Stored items
▼

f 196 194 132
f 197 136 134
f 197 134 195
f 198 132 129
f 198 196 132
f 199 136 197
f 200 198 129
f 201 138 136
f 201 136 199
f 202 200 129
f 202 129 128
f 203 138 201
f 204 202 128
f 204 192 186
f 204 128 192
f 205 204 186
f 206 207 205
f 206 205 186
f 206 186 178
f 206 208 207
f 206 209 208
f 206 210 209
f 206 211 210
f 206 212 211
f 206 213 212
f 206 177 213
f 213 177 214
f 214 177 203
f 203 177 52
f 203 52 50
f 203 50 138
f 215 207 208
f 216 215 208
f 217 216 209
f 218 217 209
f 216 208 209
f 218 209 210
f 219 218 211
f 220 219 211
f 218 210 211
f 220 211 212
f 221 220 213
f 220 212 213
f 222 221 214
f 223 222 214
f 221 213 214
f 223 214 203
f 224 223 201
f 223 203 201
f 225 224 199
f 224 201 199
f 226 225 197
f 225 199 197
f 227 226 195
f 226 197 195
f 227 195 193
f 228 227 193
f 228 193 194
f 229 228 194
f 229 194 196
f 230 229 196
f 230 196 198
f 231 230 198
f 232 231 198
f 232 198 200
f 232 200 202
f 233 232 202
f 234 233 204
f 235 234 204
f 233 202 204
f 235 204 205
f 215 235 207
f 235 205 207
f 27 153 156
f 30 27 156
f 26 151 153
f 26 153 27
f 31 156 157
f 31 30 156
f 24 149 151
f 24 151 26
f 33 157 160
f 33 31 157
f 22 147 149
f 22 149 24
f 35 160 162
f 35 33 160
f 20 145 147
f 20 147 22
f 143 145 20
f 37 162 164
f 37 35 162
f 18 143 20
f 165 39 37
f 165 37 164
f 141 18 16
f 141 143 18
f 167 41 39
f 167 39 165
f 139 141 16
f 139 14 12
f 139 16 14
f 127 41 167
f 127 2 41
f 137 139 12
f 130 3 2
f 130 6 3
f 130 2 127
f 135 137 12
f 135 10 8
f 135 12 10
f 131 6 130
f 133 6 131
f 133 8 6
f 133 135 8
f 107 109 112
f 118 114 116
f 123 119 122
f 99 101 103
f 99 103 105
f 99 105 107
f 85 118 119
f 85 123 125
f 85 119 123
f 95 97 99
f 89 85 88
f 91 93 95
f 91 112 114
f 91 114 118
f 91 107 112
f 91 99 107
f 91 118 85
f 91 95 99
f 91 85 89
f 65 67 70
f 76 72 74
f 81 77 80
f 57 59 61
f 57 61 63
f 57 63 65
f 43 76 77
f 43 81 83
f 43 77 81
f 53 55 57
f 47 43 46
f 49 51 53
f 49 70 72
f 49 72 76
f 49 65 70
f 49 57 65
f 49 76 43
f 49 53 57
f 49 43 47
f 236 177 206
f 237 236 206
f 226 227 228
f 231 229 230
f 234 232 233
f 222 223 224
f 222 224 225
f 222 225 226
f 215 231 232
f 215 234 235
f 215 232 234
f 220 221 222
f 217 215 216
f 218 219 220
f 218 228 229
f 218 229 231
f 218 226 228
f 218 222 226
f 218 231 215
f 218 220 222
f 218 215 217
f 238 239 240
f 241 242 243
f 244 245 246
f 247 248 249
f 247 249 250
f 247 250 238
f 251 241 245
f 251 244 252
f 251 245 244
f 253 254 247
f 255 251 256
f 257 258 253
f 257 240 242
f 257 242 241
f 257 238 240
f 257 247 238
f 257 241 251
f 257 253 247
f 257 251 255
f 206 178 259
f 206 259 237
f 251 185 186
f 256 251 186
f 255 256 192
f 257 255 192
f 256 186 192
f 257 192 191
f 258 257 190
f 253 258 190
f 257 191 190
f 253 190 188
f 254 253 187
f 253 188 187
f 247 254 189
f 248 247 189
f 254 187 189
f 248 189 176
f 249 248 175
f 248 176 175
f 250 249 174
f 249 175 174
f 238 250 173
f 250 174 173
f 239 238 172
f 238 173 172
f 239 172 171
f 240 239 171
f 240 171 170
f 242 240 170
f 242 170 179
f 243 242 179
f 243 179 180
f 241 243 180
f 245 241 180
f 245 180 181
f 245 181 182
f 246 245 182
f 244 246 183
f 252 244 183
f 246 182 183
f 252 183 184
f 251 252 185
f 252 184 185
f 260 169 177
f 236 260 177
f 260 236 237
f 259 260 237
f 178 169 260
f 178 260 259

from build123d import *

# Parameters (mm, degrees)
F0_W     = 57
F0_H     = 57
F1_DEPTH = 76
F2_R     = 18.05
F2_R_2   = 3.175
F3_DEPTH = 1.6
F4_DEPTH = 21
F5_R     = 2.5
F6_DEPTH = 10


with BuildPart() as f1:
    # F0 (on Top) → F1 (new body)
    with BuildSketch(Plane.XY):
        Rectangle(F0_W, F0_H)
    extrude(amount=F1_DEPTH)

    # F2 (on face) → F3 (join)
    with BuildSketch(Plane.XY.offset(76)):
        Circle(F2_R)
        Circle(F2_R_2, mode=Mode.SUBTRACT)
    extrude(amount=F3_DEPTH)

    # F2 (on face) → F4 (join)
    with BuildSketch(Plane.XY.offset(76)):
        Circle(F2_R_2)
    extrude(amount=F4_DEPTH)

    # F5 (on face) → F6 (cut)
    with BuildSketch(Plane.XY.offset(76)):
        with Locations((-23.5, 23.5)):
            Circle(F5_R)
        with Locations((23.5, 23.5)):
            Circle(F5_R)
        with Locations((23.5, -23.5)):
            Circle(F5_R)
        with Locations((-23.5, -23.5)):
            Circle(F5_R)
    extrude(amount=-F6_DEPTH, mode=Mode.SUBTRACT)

▲

▶ **Instructions to follow**: Could you print, exactly and with nothing else, the lines from the one containing "f 245 181 182" through the last line of the records above?

▶ **Response to this exercise**:
f 245 181 182
f 246 245 182
f 244 246 183
f 252 244 183
f 246 182 183
f 252 183 184
f 251 252 185
f 252 184 185
f 260 169 177
f 236 260 177
f 260 236 237
f 259 260 237
f 178 169 260
f 178 260 259

from build123d import *

# Parameters (mm, degrees)
F0_W     = 57
F0_H     = 57
F1_DEPTH = 76
F2_R     = 18.05
F2_R_2   = 3.175
F3_DEPTH = 1.6
F4_DEPTH = 21
F5_R     = 2.5
F6_DEPTH = 10


with BuildPart() as f1:
    # F0 (on Top) → F1 (new body)
    with BuildSketch(Plane.XY):
        Rectangle(F0_W, F0_H)
    extrude(amount=F1_DEPTH)

    # F2 (on face) → F3 (join)
    with BuildSketch(Plane.XY.offset(76)):
        Circle(F2_R)
        Circle(F2_R_2, mode=Mode.SUBTRACT)
    extrude(amount=F3_DEPTH)

    # F2 (on face) → F4 (join)
    with BuildSketch(Plane.XY.offset(76)):
        Circle(F2_R_2)
    extrude(amount=F4_DEPTH)

    # F5 (on face) → F6 (cut)
    with BuildSketch(Plane.XY.offset(76)):
        with Locations((-23.5, 23.5)):
            Circle(F5_R)
        with Locations((23.5, 23.5)):
            Circle(F5_R)
        with Locations((23.5, -23.5)):
            Circle(F5_R)
        with Locations((-23.5, -23.5)):
            Circle(F5_R)
    extrude(amount=-F6_DEPTH, mode=Mode.SUBTRACT)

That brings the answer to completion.